Data Scientist – Mount Sinai Health System
Jul 2024 – Present • New York, NY
- Deployed a fine tuned BERT for real time symptoms detection on Triton Inference Server and Docker, reducing latency from 387 ms to 71 ms per clinical note across more than 9500.
- Implemented an LLM chat agent using Ollama and MCP Servers, enabling natural language querying of PostgreSQL and data folders.
- Architected a full-stack patient dashboard UI on a local Linux container, integrating ML models, chatbots, and an exploratory data interface; 6 physicians use it daily, cutting chart lookup time by 65%.
- Set up real-time Grafana dashboards inside a Linux container, monitoring servers and infra via Prometheus and InfluxDB; gave 24 hours visibility and cut troubleshooting time.
- Built a dual stream LSTM fusing airflow features, boosting 3 way breathe pattern detection F1 from 0.85 to 0.91.
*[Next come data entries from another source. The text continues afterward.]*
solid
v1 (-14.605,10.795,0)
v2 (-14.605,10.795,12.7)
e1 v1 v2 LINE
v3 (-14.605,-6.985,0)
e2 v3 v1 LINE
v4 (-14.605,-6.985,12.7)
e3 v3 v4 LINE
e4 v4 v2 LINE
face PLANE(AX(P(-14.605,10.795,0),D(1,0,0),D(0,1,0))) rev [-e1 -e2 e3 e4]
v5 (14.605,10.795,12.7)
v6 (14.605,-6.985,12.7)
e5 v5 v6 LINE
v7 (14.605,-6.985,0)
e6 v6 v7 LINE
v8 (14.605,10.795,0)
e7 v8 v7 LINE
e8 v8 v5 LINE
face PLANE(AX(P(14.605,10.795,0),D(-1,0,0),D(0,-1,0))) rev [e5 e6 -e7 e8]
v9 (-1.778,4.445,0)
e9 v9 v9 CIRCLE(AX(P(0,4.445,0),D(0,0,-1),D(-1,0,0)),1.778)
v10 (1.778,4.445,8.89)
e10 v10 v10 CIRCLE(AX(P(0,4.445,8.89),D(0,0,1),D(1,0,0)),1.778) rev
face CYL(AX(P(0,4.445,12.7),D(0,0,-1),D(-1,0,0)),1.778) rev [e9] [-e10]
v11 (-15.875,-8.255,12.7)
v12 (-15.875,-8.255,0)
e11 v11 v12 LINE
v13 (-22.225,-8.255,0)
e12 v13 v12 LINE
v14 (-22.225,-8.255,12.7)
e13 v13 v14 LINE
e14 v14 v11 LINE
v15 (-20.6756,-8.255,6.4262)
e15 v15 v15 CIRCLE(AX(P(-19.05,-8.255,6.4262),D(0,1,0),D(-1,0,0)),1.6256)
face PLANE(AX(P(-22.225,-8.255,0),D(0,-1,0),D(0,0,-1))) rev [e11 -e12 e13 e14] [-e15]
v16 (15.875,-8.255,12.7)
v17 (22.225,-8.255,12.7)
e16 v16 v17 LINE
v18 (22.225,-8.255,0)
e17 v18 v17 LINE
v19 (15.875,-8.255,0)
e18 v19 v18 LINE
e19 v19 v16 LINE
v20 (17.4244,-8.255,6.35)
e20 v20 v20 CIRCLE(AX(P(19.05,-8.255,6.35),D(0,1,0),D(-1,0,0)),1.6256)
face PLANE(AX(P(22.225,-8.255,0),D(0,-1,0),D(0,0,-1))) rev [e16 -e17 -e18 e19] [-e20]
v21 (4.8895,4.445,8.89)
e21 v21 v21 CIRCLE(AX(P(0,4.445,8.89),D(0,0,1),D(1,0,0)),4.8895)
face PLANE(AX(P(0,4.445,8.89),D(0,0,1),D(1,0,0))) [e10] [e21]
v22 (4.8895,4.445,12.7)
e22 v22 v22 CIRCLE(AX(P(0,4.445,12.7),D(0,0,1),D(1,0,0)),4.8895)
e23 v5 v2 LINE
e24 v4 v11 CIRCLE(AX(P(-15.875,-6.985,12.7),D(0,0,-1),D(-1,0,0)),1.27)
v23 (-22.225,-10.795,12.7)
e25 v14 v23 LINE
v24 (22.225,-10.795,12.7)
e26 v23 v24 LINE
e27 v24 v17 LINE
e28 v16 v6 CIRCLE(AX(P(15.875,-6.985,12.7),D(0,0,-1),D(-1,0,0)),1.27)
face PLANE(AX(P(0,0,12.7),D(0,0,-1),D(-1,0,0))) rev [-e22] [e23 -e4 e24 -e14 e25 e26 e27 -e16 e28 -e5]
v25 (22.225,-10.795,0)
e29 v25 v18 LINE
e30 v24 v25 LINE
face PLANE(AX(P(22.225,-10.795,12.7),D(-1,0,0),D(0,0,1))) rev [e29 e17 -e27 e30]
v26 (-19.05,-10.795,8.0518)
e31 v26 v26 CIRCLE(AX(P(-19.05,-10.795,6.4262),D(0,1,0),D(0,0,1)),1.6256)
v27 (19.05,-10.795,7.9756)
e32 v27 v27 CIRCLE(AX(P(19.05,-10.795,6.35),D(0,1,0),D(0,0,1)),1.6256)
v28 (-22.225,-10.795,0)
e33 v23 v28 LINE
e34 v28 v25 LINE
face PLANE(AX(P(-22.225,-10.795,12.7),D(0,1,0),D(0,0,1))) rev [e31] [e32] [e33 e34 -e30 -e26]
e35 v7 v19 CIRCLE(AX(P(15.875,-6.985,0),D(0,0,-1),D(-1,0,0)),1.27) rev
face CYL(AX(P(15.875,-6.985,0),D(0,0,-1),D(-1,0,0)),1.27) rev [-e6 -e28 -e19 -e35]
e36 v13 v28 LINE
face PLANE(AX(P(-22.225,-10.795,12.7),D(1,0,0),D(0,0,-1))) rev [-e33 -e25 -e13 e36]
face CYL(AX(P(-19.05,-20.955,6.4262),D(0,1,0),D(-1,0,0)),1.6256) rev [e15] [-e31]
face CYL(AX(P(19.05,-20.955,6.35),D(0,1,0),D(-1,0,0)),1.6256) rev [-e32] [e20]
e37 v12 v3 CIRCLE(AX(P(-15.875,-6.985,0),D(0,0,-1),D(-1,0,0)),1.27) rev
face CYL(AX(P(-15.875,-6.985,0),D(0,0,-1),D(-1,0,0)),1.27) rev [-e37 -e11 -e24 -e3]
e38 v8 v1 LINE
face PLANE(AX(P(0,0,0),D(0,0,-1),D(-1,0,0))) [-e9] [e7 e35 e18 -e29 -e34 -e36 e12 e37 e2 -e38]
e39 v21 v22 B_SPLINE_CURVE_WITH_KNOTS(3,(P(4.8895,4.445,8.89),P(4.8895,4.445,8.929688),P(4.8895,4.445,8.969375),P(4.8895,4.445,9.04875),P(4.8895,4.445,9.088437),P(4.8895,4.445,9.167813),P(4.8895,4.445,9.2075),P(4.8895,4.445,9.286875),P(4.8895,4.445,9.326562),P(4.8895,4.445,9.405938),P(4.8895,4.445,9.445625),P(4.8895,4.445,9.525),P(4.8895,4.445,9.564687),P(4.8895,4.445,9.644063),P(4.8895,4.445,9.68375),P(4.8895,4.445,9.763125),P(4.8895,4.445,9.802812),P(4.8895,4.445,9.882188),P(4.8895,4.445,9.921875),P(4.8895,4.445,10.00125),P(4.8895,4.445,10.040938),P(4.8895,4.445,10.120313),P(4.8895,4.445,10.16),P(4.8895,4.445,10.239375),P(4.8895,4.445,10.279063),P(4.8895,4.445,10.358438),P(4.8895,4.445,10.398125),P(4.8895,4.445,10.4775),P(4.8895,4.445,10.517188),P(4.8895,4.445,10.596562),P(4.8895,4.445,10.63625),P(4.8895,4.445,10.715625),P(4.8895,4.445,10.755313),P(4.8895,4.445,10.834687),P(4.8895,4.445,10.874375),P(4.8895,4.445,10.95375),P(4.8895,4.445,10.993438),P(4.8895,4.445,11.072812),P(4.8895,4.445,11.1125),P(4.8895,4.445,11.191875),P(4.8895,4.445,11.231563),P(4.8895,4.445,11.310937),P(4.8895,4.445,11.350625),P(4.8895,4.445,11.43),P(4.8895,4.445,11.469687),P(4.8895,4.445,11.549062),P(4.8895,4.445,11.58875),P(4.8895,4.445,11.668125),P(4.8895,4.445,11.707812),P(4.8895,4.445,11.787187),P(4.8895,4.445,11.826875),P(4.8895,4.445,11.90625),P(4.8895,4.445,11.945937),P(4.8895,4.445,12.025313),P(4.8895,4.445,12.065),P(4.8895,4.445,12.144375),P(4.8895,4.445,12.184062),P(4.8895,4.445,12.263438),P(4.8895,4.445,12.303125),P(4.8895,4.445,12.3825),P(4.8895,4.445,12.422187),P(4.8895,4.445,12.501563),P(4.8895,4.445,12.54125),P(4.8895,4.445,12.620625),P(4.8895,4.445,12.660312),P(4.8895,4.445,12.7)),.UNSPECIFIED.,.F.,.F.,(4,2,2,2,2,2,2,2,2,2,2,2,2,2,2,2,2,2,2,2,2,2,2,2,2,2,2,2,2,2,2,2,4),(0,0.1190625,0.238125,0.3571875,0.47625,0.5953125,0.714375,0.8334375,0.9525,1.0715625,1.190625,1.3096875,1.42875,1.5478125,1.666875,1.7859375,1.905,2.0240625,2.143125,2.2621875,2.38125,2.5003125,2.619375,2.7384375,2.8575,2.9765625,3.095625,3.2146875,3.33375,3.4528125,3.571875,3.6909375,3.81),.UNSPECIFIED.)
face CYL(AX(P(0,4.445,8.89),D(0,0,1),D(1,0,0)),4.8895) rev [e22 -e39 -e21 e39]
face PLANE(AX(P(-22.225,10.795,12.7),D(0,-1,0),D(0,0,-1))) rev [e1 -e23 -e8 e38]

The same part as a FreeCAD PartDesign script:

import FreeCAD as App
import Part
import Sketcher

V = App.Vector
Q = App.Units.Quantity


def edges_at(feature, points):
    """Names of the edges that pass closest to the given points."""
    edges = feature.Shape.Edges
    near = lambda p: min(range(len(edges)), key=lambda i: edges[i].distToShape(Part.Vertex(*p))[0])
    return sorted({f"Edge{near(p) + 1}" for p in points})


def add_polygon(sketch, points):
    """Adds a closed chain of lines whose ends are joined by coincident constraints."""
    first, n = sketch.GeometryCount, len(points)
    for a, b in zip(points, points[1:] + points[:1]):
        sketch.addGeometry(Part.LineSegment(App.Vector(*a, 0), App.Vector(*b, 0)), False)
    for i in range(n):
        sketch.addConstraint(Sketcher.Constraint("Coincident", first + i, 2, first + (i + 1) % n, 1))

doc = App.newDocument("Part")
body = doc.addObject("PartDesign::Body", "Body")

# Sketch on XY plane
sketch1 = body.newObject("Sketcher::SketchObject", "Sketch")
sketch1.AttachmentSupport = (doc.getObject("XY_Plane"), [""])
sketch1.MapMode = "FlatFace"
add_polygon(sketch1, [(-22.225, 10.795), (-22.225, -10.795), (22.225, -10.795), (22.225, 10.795)])  # lines 0-3
sketch1.addConstraint(Sketcher.Constraint("Vertical", 0))
sketch1.addConstraint(Sketcher.Constraint("Horizontal", 1))
sketch1.addConstraint(Sketcher.Constraint("Vertical", 2))
sketch1.addConstraint(Sketcher.Constraint("Horizontal", 3))
sketch1.addConstraint(Sketcher.Constraint("Symmetric", 0, 2, 2, 2, -1, 1))
sketch1.addConstraint(Sketcher.Constraint("DistanceX", 1, 1, 1, 2, Q("1.75 in")))
sketch1.addConstraint(Sketcher.Constraint("DistanceY", 0, 2, 0, 1, Q("0.85 in")))
pad1 = body.newObject("PartDesign::Pad", "Pad")
pad1.Profile = sketch1
pad1.Length = Q("0.5 in")

# Sketch on XY plane
sketch2 = body.newObject("Sketcher::SketchObject", "Sketch001")
sketch2.AttachmentSupport = (doc.getObject("XY_Plane"), [""])
sketch2.MapMode = "FlatFace"
sketch2.AttachmentOffset = App.Placement(V(0, 0, 0.5 * 25.4), App.Rotation())
add_polygon(sketch2, [(-22.225, 10.795), (-22.225, -8.255), (-14.605, -8.255), (-14.605, 10.795)])  # lines 0-3
add_polygon(sketch2, [(14.605, 10.795), (14.605, -8.255), (22.225, -8.255), (22.225, 10.795)])  # lines 4-7
sketch2.addConstraint(Sketcher.Constraint("Vertical", 0))
sketch2.addConstraint(Sketcher.Constraint("Horizontal", 1))
sketch2.addConstraint(Sketcher.Constraint("Vertical", 2))
sketch2.addConstraint(Sketcher.Constraint("Horizontal", 3))
sketch2.addConstraint(Sketcher.Constraint("Vertical", 4))
sketch2.addConstraint(Sketcher.Constraint("Horizontal", 5))
sketch2.addConstraint(Sketcher.Constraint("Vertical", 6))
sketch2.addConstraint(Sketcher.Constraint("Horizontal", 7))
sketch2.addConstraint(Sketcher.Constraint("Symmetric", 1, 2, 4, 2, -2))
sketch2.addConstraint(Sketcher.Constraint("Symmetric", 3, 2, 6, 2, -2))
sketch2.addConstraint(Sketcher.Constraint("DistanceX", 1, 1, 1, 2, Q("0.3 in")))
sketch2.addConstraint(Sketcher.Constraint("DistanceY", 0, 2, 0, 1, Q("0.75 in")))
sketch2.addConstraint(Sketcher.Constraint("DistanceX", 1, 2, 4, 2, Q("1.15 in")))
sketch2.addConstraint(Sketcher.Constraint("DistanceY", 0, 2, -1, 1, Q("0.325 in")))
pocket1 = body.newObject("PartDesign::Pocket", "Pocket")
pocket1.Profile = sketch2
pocket1.Length = Q("0.5 in")
doc.recompute()

fillet = body.newObject("PartDesign::Fillet", "Fillet")
fillet.Base = (pocket1, edges_at(pocket1, [(-14.605, -8.255, 6.35)]))
fillet.Radius = Q("0.05 in")
doc.recompute()

fillet2 = body.newObject("PartDesign::Fillet", "Fillet001")
fillet2.Base = (fillet, edges_at(fillet, [(14.605, -8.255, 6.35)]))
fillet2.Radius = Q("0.05 in")

# Sketch on XZ plane
sketch3 = body.newObject("Sketcher::SketchObject", "Sketch002")
sketch3.AttachmentSupport = (doc.getObject("XZ_Plane"), [""])
sketch3.MapMode = "FlatFace"
sketch3.AttachmentOffset = App.Placement(V(0, 0, 0.325 * 25.4), App.Rotation())
sketch3.addGeometry(Part.Circle(V(19.05, 6.35, 0), V(0, 0, 1), 1.6256), False)
sketch3.addGeometry(Part.Circle(V(-19.05, 6.4262, 0), V(0, 0, 1), 1.6256), False)
sketch3.addConstraint(Sketcher.Constraint("Equal", 0, 1))
sketch3.addConstraint(Sketcher.Constraint("Diameter", 0, Q("0.128 in")))
sketch3.addConstraint(Sketcher.Constraint("DistanceX", 1, 3, 0, 3, Q("1.5 in")))
sketch3.addConstraint(Sketcher.Constraint("DistanceX", -1, 1, 0, 3, Q("0.75 in")))
sketch3.addConstraint(Sketcher.Constraint("DistanceY", -1, 1, 0, 3, Q("0.25 in")))
sketch3.addConstraint(Sketcher.Constraint("DistanceY", -1, 1, 1, 3, Q("0.253 in")))
pocket2 = body.newObject("PartDesign::Pocket", "Pocket001")
pocket2.Profile = sketch3
pocket2.Length = Q("0.5 in")
pocket2.Reversed = True

# Sketch on XY plane
sketch4 = body.newObject("Sketcher::SketchObject", "Sketch003")
sketch4.AttachmentSupport = (doc.getObject("XY_Plane"), [""])
sketch4.MapMode = "FlatFace"
sketch4.addGeometry(Part.Circle(V(0, 4.445, 0), V(0, 0, 1), 1.778), False)
sketch4.addConstraint(Sketcher.Constraint("PointOnObject", 0, 3, -2))
sketch4.addConstraint(Sketcher.Constraint("Diameter", 0, Q("0.14 in")))
sketch4.addConstraint(Sketcher.Constraint("DistanceY", -1, 1, 0, 3, Q("0.175 in")))
pocket3 = body.newObject("PartDesign::Pocket", "Pocket002")
pocket3.Profile = sketch4
pocket3.Length = Q("0.5 in")
pocket3.Reversed = True

# Sketch on XY plane
sketch5 = body.newObject("Sketcher::SketchObject", "Sketch004")
sketch5.AttachmentSupport = (doc.getObject("XY_Plane"), [""])
sketch5.MapMode = "FlatFace"
sketch5.AttachmentOffset = App.Placement(V(0, 0, 0.5 * 25.4), App.Rotation())
sketch5.addGeometry(Part.Circle(V(0, 4.445, 0), V(0, 0, 1), 4.8895), False)
sketch5.addConstraint(Sketcher.Constraint("PointOnObject", 0, 3, -2))
sketch5.addConstraint(Sketcher.Constraint("Diameter", 0, Q("0.385 in")))
sketch5.addConstraint(Sketcher.Constraint("DistanceY", -1, 1, 0, 3, Q("0.175 in")))
pocket4 = body.newObject("PartDesign::Pocket", "Pocket003")
pocket4.Profile = sketch5
pocket4.Length = Q("0.15 in")

doc.recompute()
Data Science Intern – LOCOMeX
Jan 2024 – May 2024 • New York, NY
- Designed a two tower RFP recommendation system using bi-encoder and BERT embeddings which was rated beneficial by 75% of initial customers.
- DDeployed a metadata extraction service on AWS Lambda; slashed document parsing time by 80%.
- Migrated Python scripts to Airflow ETL; saved analysts 7 hours every week.
Research Assistant – NYU Stern
Sep 2023 – Dec 2023 • New York, NY
- Fine‑tuned Llama‑2‑13B to achieve target structure in 90 % of generations; added Retrieval‑Augmented Generation for zoning docs.
- Prompt‑engineering + few‑shot learning eliminated hallucinations in remaining 10 % outliers.
- Integrated ExLlama V2 kernels on NYU HPC to cut inference latency 57.7 % (26 s → 11 s).